La Tchéquie assure que ce schéma assure un maintien de l’incitation à un dispatch « optimal » pour le système électrique. Sa démonstration a deux prémisses : premièrement, du fait de la formule retenue pour le revenu garanti par le PPA, la contrepartie se comporte comme un acteur concurrentiel sur les marchés (i.e. maximisateur de profits) ; deuxièmement, EDU II a tout intérêt à produire le maximum d’électricité[6] puisqu’une partie des revenus de l’exploitant sont liés aux volumes livrés. Ainsi, tout se passerait comme si EDU II restait exposé aux signaux de marché tout en percevant un complément de revenu équivalent à un CFD pour une quantité donnée.
Du fait du plafonnement du revenu d’EDUII prévu au PPA (formule équivalente à CFD bidirectionnel), le système peut dégager des profits en cas de prix de marché supérieurs au prix de référence utilisé pour le revenu garanti par le PPA. Si ces profits de la SPV ne sont pas utilisés pour combler les compléments de revenus passés ou futurs prévus au titre de la garantie apportée par le PPA à EDUII, ils seront fléchés vers le budget général de l’État ou viendront minorer la brique régulée de la facture des consommateurs liée essentiellement au financement des renouvelables.

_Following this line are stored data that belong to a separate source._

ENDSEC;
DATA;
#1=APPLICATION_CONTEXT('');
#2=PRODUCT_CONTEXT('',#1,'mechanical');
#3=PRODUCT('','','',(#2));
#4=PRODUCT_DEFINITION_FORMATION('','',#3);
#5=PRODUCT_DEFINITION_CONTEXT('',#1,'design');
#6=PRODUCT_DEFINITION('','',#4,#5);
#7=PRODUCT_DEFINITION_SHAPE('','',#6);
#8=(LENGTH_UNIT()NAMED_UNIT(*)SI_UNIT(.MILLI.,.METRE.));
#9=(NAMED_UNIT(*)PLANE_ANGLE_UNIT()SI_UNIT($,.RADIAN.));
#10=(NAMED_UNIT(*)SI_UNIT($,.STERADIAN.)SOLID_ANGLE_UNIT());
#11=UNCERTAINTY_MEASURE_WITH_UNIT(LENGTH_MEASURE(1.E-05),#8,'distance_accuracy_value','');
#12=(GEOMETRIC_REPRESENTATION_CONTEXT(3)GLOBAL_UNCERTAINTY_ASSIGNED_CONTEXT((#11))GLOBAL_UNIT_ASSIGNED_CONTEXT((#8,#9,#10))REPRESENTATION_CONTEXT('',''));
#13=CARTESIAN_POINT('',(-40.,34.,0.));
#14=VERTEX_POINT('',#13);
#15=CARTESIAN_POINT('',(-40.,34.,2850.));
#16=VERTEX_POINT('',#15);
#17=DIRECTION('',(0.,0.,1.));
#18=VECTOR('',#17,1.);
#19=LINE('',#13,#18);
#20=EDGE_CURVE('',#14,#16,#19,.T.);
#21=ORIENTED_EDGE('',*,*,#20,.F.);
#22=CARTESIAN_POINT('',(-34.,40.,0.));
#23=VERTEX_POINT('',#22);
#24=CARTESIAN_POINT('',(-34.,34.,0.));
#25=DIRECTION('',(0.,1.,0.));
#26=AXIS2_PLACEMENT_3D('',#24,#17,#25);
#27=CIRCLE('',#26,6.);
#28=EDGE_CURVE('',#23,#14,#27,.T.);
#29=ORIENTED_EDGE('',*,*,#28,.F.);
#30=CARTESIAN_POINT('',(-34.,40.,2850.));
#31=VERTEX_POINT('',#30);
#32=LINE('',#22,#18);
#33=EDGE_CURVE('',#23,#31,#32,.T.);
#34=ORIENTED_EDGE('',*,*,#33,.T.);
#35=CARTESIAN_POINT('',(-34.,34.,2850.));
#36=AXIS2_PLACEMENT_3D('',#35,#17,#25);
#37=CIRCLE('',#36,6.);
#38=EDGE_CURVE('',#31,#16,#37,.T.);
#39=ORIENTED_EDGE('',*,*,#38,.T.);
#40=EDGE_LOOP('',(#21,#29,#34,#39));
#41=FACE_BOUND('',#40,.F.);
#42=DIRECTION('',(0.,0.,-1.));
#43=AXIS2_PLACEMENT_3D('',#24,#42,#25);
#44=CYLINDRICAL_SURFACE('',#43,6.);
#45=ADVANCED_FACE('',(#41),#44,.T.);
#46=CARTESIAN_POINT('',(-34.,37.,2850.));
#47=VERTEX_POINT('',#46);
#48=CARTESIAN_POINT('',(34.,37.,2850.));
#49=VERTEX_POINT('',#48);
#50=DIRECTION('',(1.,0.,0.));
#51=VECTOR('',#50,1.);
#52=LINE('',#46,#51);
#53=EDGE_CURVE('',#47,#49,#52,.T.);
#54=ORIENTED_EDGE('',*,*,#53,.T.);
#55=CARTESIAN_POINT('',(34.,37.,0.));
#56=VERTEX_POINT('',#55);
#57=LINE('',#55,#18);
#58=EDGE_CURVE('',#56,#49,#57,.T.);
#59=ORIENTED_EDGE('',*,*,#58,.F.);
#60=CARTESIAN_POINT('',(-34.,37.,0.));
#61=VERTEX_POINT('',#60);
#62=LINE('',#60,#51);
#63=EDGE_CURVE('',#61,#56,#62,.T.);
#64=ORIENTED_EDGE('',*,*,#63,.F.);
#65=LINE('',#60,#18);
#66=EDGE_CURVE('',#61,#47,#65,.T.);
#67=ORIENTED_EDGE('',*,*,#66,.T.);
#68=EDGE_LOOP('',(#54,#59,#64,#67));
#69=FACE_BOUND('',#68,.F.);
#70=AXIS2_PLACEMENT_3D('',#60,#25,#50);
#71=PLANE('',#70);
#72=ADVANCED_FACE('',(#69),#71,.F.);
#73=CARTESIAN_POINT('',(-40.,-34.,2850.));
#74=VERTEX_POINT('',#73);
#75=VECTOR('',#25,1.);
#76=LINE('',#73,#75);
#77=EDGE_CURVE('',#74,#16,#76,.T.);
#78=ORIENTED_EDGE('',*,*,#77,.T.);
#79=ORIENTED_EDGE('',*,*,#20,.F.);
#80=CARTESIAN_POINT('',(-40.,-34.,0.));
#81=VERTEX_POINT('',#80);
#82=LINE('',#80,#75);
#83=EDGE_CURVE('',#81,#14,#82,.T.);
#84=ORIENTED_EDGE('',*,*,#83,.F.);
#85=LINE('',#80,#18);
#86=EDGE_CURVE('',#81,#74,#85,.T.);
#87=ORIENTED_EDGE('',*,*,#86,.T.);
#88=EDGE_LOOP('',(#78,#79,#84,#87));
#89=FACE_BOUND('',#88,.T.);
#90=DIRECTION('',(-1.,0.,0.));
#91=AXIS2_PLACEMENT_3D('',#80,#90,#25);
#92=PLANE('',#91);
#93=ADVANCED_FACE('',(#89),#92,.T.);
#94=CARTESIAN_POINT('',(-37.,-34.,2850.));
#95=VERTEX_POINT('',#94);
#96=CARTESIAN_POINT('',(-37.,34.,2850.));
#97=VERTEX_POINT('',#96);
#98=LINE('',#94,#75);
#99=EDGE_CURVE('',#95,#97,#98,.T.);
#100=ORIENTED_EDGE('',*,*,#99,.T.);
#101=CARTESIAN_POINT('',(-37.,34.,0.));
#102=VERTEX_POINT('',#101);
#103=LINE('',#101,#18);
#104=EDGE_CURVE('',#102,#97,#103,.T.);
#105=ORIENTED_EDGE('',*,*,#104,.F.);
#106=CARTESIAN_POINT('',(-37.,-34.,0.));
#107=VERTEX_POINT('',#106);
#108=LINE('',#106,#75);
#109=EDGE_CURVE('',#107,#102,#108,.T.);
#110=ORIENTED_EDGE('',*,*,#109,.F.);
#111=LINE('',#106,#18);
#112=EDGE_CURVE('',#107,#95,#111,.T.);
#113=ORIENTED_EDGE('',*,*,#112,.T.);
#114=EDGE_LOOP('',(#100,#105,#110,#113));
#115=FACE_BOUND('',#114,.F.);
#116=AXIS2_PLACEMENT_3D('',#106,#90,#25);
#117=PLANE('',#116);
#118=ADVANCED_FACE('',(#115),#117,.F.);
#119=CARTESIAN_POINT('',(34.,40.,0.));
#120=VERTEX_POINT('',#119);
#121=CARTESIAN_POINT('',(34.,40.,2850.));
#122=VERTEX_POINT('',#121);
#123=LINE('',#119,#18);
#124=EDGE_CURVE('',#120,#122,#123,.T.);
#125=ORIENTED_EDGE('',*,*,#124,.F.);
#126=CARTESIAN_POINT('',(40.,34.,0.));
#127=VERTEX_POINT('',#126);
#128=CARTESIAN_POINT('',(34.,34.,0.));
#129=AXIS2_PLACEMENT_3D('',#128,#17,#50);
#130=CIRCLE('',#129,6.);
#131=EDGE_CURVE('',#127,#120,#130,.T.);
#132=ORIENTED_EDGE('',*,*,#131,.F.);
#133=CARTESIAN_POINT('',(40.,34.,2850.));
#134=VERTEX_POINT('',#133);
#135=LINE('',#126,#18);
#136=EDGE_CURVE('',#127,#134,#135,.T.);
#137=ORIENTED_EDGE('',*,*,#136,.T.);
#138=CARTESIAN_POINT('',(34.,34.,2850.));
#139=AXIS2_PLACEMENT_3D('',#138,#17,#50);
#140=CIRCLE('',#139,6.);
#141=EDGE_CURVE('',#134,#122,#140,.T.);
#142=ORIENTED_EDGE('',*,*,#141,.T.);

3 – Un mécanisme de protection contre les imprévus. Cette mesure est composée de deux dispositifs que la CE a reconnus légitime dans le schéma global, notamment compte tenu des effets du partage des risques en termes de coût de l’investissement. Il s’agit d’abord d’assurer à ČEZ une sortie en cas de revirement dans la politique énergétique du pays : l’opérateur dispose d’une option « put » qui lui permet de dégager de son bilan financier l’ensemble des actifs en les vendant à un tiers, en l’occurrence ici l’État. Symétriquement, l’État tchèque dispose d’une option « call », activable sous conditions, lui permettant d’acquérir les parts du projet détenus par l’entreprise.

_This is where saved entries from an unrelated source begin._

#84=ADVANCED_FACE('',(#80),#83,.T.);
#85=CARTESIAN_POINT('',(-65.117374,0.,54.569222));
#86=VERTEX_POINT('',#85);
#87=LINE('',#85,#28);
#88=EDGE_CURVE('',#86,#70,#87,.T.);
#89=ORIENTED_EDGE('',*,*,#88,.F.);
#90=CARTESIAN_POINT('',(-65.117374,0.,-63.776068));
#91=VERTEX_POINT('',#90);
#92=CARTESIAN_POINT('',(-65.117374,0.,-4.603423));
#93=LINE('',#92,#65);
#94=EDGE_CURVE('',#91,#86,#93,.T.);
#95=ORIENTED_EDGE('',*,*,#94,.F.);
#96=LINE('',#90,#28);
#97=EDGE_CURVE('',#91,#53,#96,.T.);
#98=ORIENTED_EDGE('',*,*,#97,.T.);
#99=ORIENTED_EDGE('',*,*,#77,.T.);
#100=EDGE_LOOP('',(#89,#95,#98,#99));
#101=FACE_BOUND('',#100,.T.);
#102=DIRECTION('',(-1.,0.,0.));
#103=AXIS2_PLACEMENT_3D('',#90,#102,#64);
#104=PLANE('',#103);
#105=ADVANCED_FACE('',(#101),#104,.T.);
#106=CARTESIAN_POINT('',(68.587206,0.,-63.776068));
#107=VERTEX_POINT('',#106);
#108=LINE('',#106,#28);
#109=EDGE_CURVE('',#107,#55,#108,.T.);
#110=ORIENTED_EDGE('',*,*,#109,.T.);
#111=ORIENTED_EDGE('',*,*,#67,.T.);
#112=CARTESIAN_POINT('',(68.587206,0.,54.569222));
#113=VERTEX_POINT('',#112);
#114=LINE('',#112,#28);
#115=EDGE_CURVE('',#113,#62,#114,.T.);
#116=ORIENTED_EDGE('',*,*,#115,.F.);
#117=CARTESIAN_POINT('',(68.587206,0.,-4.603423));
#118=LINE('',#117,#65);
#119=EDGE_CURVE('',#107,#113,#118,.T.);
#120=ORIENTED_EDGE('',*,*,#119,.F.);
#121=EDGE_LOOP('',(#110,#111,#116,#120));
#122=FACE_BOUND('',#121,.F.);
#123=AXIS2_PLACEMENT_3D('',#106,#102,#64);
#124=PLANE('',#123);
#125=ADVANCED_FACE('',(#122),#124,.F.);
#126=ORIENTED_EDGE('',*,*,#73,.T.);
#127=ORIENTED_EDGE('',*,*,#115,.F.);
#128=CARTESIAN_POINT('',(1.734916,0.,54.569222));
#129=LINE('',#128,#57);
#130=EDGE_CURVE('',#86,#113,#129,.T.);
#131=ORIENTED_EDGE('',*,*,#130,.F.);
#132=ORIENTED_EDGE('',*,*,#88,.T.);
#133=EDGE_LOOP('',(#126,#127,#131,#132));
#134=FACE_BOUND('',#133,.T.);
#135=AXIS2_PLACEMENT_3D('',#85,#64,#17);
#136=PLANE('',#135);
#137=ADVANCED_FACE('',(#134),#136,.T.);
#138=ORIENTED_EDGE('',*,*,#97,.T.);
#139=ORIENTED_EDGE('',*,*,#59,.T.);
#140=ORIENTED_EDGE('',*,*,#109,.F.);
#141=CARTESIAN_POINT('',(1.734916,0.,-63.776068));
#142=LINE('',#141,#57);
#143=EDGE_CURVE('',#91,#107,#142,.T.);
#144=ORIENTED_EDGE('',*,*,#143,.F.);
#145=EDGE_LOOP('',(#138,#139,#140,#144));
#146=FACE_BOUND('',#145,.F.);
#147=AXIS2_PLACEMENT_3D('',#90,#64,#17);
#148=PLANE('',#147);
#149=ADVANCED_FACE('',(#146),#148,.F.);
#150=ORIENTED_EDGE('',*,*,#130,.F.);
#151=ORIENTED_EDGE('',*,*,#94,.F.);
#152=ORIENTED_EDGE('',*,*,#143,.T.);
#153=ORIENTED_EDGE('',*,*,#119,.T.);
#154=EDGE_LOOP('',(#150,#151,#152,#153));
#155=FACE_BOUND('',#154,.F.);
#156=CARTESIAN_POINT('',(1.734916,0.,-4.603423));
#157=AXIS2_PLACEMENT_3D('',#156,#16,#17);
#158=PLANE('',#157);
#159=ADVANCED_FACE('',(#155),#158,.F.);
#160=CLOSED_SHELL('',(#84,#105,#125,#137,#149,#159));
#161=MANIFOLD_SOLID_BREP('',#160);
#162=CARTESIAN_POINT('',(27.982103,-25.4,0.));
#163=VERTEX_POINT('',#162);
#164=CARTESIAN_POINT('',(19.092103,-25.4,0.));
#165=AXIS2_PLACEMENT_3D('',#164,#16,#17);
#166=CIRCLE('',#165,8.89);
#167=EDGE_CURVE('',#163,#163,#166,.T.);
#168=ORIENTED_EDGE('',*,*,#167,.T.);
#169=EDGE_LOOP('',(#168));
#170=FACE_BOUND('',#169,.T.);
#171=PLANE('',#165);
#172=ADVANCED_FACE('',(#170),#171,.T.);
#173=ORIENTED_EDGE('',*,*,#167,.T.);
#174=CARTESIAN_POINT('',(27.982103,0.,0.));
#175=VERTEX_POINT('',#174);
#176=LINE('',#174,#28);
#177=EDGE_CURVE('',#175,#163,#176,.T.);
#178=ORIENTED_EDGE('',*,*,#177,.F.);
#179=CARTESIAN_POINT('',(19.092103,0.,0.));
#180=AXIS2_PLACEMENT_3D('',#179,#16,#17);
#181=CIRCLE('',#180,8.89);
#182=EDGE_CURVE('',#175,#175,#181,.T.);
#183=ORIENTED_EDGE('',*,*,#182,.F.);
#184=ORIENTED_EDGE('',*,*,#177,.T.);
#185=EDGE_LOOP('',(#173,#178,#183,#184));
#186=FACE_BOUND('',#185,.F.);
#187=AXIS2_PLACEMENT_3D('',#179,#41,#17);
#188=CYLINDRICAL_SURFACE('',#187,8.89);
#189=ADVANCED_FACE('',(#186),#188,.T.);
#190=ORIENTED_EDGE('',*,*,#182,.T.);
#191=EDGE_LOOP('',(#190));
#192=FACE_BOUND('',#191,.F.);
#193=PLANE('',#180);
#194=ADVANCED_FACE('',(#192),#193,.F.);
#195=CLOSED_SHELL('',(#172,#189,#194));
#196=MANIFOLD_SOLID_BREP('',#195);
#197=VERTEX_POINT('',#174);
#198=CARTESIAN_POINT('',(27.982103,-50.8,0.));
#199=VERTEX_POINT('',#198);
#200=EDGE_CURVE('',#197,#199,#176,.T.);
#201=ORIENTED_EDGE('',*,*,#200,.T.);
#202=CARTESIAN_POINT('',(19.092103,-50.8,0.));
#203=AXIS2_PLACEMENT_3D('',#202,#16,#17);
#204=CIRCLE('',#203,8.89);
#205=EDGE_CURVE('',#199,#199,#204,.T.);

Deuxièmement, un portage des risques « légitimes » par l’État permet de dérisquer pour le développeur la phase de construction particulièrement sensible.
Enseignements pour les projets nucléaires en Europe
La décision prise sur le dossier du projet de centrale nucléaire Dukovany en Tchéquie valide plusieurs points importants pour le soutien au développement de la production nucléaire et précise les points d’attention de la Commission dans le cadre de tels soutiens :
- La nécessité d’un soutien étatique au financement conséquent, tant en termes de quote-part (ici 98 % du coût de construction) que de conditions avec un notamment un taux d’intérêt à 0 % en phase de construction puis un taux bonifié pour la période d’exploitation. C’est une mesure nouvelle par rapport au projet d’Hinkley Point C (HPC) qui confirme, avec la mise en place de la taxonomie, l’importance des enjeux de financement pour le développement des moyens de production nécessaires à la réussite de la décarbonation de l’économie européenne.

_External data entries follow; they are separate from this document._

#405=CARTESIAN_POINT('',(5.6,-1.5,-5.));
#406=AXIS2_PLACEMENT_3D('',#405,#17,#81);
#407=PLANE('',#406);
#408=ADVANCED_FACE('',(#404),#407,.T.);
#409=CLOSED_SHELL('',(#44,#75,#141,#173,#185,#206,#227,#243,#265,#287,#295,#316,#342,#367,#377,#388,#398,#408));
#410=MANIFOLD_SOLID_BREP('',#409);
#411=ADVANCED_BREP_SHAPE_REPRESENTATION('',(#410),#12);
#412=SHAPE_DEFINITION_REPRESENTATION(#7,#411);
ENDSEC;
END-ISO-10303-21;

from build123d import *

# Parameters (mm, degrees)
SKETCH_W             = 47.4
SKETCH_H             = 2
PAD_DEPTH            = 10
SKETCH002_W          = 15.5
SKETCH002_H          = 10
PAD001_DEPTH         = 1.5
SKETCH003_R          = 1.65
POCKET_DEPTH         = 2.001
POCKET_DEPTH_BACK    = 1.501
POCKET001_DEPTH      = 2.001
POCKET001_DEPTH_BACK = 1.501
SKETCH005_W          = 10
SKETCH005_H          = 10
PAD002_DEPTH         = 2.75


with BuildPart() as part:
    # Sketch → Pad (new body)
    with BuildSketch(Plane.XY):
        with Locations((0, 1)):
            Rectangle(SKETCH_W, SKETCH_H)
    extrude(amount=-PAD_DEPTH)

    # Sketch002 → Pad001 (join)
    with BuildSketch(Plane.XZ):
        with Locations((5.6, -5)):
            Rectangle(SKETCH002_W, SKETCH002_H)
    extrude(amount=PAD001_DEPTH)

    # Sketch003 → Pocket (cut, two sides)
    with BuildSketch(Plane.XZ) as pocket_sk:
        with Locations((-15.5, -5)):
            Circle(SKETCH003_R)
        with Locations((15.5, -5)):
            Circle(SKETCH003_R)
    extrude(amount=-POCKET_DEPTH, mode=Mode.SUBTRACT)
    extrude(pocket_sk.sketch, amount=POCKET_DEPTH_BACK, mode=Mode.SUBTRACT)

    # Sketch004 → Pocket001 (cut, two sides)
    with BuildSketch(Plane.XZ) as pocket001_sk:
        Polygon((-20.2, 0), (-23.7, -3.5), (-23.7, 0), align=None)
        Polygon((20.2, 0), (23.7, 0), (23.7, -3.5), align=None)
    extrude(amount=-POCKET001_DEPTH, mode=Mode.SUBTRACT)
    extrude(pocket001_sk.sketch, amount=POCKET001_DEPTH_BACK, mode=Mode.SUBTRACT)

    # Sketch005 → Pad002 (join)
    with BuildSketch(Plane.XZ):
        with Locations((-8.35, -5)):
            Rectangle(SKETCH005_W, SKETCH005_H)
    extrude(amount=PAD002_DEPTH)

- La nécessité de protéger la rentabilité des investissements des risques marché en général (prix mais aussi volume). À cet égard, la décision vient confirmer que le récent Market Design européen a bien pour finalité de sécuriser la rémunération des investissements pour assurer l’accélération des projets et non de neutraliser le seul risque prix. C’est un point majeur au regard des problématiques posées par l’évolution du mix européen et la progression constante du développement des renouvelables. Par ailleurs, la Commission a porté la durée du soutien à 40 ans contre 35 ans dans le dossier HPC confirmant l’importance de cet enjeu. La garantie de revenu assurée par le contrat d’achat (PPA) donne enfin un premier éclairage de ce que peut être un mécanisme d’effet équivalent à un contrat pour différence (CFD) comme prévu par le Market Design européen.
- La proportionnalité de l’aide est clairement analysée au regard de la rentabilité accordée sur toute la durée de vie du projet en intégrant les paramètres du soutien au financement ; la part de soutien au financement n’a pas été modifiée dans la décision et paraît relever de la nécessité de l’aide.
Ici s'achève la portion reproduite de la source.